George Dean IV | writer, composer

From practically the day he was born, George Dean has made a habit of defying expectations. Who would guess that a UCLA grad who majored in Computer Science would pursue a career in film scoring? Or that a composer/software engineer with a well-documented distaste for literature classes would decide to also write screenplays?

Given Dean's long-time friendship with director Doug Conant - some sources indicate that they've known each other since shortly after the dawn of time - and the fact that film scores were his favorite musical genre even before that fateful meeting, his foray into composing for film seems almost inevitable. His introduction to the medium began with the themes from his favorite 80's blockbusters, penned by such greats as John Williams, Alan Silvestri, Jerry Goldsmith and James Horner. His sources of inspiration have been expanding ever since, including current industry leaders like James Newton Howard and Thomas Newman, as well as classical orchestral composers like Debussy, Dvorák, Beethoven, Tchaikovsky, Holst, and Shostakovitch. Now, the latest music technology enables him to produce surprisingly organic and authentic orchestrated scores on a shoestring budget - or make printed instrumental parts and conductor's scores worthy of a professional studio orchestra.

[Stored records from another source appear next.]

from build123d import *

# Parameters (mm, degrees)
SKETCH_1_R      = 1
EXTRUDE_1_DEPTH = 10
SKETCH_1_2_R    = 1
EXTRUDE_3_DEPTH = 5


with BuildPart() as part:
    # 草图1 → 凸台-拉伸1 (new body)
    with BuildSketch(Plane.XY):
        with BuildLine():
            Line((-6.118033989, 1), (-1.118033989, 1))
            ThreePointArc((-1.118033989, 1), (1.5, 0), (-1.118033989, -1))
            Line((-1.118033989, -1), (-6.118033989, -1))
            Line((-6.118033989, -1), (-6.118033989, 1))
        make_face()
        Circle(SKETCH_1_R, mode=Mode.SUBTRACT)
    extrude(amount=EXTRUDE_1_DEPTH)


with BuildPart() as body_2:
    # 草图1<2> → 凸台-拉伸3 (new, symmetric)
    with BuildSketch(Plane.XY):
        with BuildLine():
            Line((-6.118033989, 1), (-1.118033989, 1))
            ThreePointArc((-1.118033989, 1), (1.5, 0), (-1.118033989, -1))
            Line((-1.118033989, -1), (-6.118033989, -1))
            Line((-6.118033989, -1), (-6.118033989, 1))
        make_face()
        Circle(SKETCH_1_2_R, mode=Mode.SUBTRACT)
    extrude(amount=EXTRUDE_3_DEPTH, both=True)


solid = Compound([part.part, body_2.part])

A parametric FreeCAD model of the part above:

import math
import FreeCAD as App
import Part
import Sketcher
from FreeCAD import Vector

doc = App.newDocument("Part")
body = doc.addObject("PartDesign::Body", "Body")

# Sketch on XY plane
sketch1 = body.newObject("Sketcher::SketchObject", "Sketch")
sketch1.AttachmentSupport = (doc.getObject("XY_Plane"), [""])
sketch1.MapMode = "FlatFace"
sketch1.addGeometry(Part.LineSegment(Vector(-1.118034, 1, 0), Vector(-6.118034, 1, 0)), False)
sketch1.addGeometry(Part.LineSegment(Vector(-6.118034, 1, 0), Vector(-6.118034, -1, 0)), False)
sketch1.addGeometry(Part.LineSegment(Vector(-6.118034, -1, 0), Vector(-1.118034, -1, 0)), False)
sketch1.addGeometry(Part.ArcOfCircle(Part.Circle(Vector(0, 0, 0), Vector(0, 0, 1), 1.5), math.radians(-138.189685), math.radians(138.189685)), False)
sketch1.addGeometry(Part.Circle(Vector(0, 0, 0), Vector(0, 0, 1), 1), False)
sketch1.addConstraint(Sketcher.Constraint("Coincident", 0, 2, 1, 1))
sketch1.addConstraint(Sketcher.Constraint("Coincident", 1, 2, 2, 1))
sketch1.addConstraint(Sketcher.Constraint("Coincident", 2, 2, 3, 1))
sketch1.addConstraint(Sketcher.Constraint("Coincident", 3, 2, 0, 1))
sketch1.addConstraint(Sketcher.Constraint("Horizontal", 0))
sketch1.addConstraint(Sketcher.Constraint("Vertical", 1))
sketch1.addConstraint(Sketcher.Constraint("Horizontal", 2))
sketch1.addConstraint(Sketcher.Constraint("Coincident", 3, 3, -1, 1))
sketch1.addConstraint(Sketcher.Constraint("Coincident", 4, 3, -1, 1))
sketch1.addConstraint(Sketcher.Constraint("Vertical", 2, 2, 3, 2))
sketch1.addConstraint(Sketcher.Constraint("Diameter", 4, 2.0))
sketch1.addConstraint(Sketcher.Constraint("Radius", 3, 1.5))
sketch1.addConstraint(Sketcher.Constraint("DistanceX", 0, 2, 0, 1, 5.0))
sketch1.addConstraint(Sketcher.Constraint("DistanceY", 1, 2, 1, 1, 2.0))
pad1 = body.newObject("PartDesign::Pad", "Pad")
pad1.Profile = sketch1
pad1.Length = 10
body2 = doc.addObject("PartDesign::Body", "Body001")

# Sketch on XY plane
sketch2 = body2.newObject("Sketcher::SketchObject", "Sketch001")
sketch2.AttachmentSupport = (doc.getObject("XY_Plane001"), [""])
sketch2.MapMode = "FlatFace"
sketch2.addGeometry(Part.LineSegment(Vector(-1.118034, 1, 0), Vector(-6.118034, 1, 0)), False)
sketch2.addGeometry(Part.LineSegment(Vector(-6.118034, 1, 0), Vector(-6.118034, -1, 0)), False)
sketch2.addGeometry(Part.LineSegment(Vector(-6.118034, -1, 0), Vector(-1.118034, -1, 0)), False)
sketch2.addGeometry(Part.ArcOfCircle(Part.Circle(Vector(0, 0, 0), Vector(0, 0, 1), 1.5), math.radians(-138.189685), math.radians(138.189685)), False)
sketch2.addGeometry(Part.Circle(Vector(0, 0, 0), Vector(0, 0, 1), 1), False)
sketch2.addConstraint(Sketcher.Constraint("Coincident", 0, 2, 1, 1))
sketch2.addConstraint(Sketcher.Constraint("Coincident", 1, 2, 2, 1))
sketch2.addConstraint(Sketcher.Constraint("Coincident", 2, 2, 3, 1))
sketch2.addConstraint(Sketcher.Constraint("Coincident", 3, 2, 0, 1))
sketch2.addConstraint(Sketcher.Constraint("Horizontal", 0))
sketch2.addConstraint(Sketcher.Constraint("Vertical", 1))
sketch2.addConstraint(Sketcher.Constraint("Horizontal", 2))
sketch2.addConstraint(Sketcher.Constraint("Coincident", 3, 3, -1, 1))
sketch2.addConstraint(Sketcher.Constraint("Coincident", 4, 3, -1, 1))
sketch2.addConstraint(Sketcher.Constraint("Vertical", 2, 2, 3, 2))
sketch2.addConstraint(Sketcher.Constraint("Diameter", 4, 2.0))
sketch2.addConstraint(Sketcher.Constraint("Radius", 3, 1.5))
sketch2.addConstraint(Sketcher.Constraint("DistanceX", 0, 2, 0, 1, 5.0))
sketch2.addConstraint(Sketcher.Constraint("DistanceY", 1, 2, 1, 1, 2.0))
pad2 = body2.newObject("PartDesign::Pad", "Pad001")
pad2.Profile = sketch2
pad2.Length = 10
pad2.Midplane = True

doc.recompute()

Considering his enduring passion for popular film and dramatic television, and his aforementioned friendship with fellow writer Doug Conant, Dean's venture into the realm of screenwriting is no great mystery either. His philosophy in screenwriting, as in film scoring, is simple: Story is King. Paying careful attention to story structure, pacing, character motivations, and the internal logic of the film's fictional world, his mission is to eliminate any obstacle, in music or script, that would distract the audience from the story - so that the final result is a relentlessly involving and engaging experience.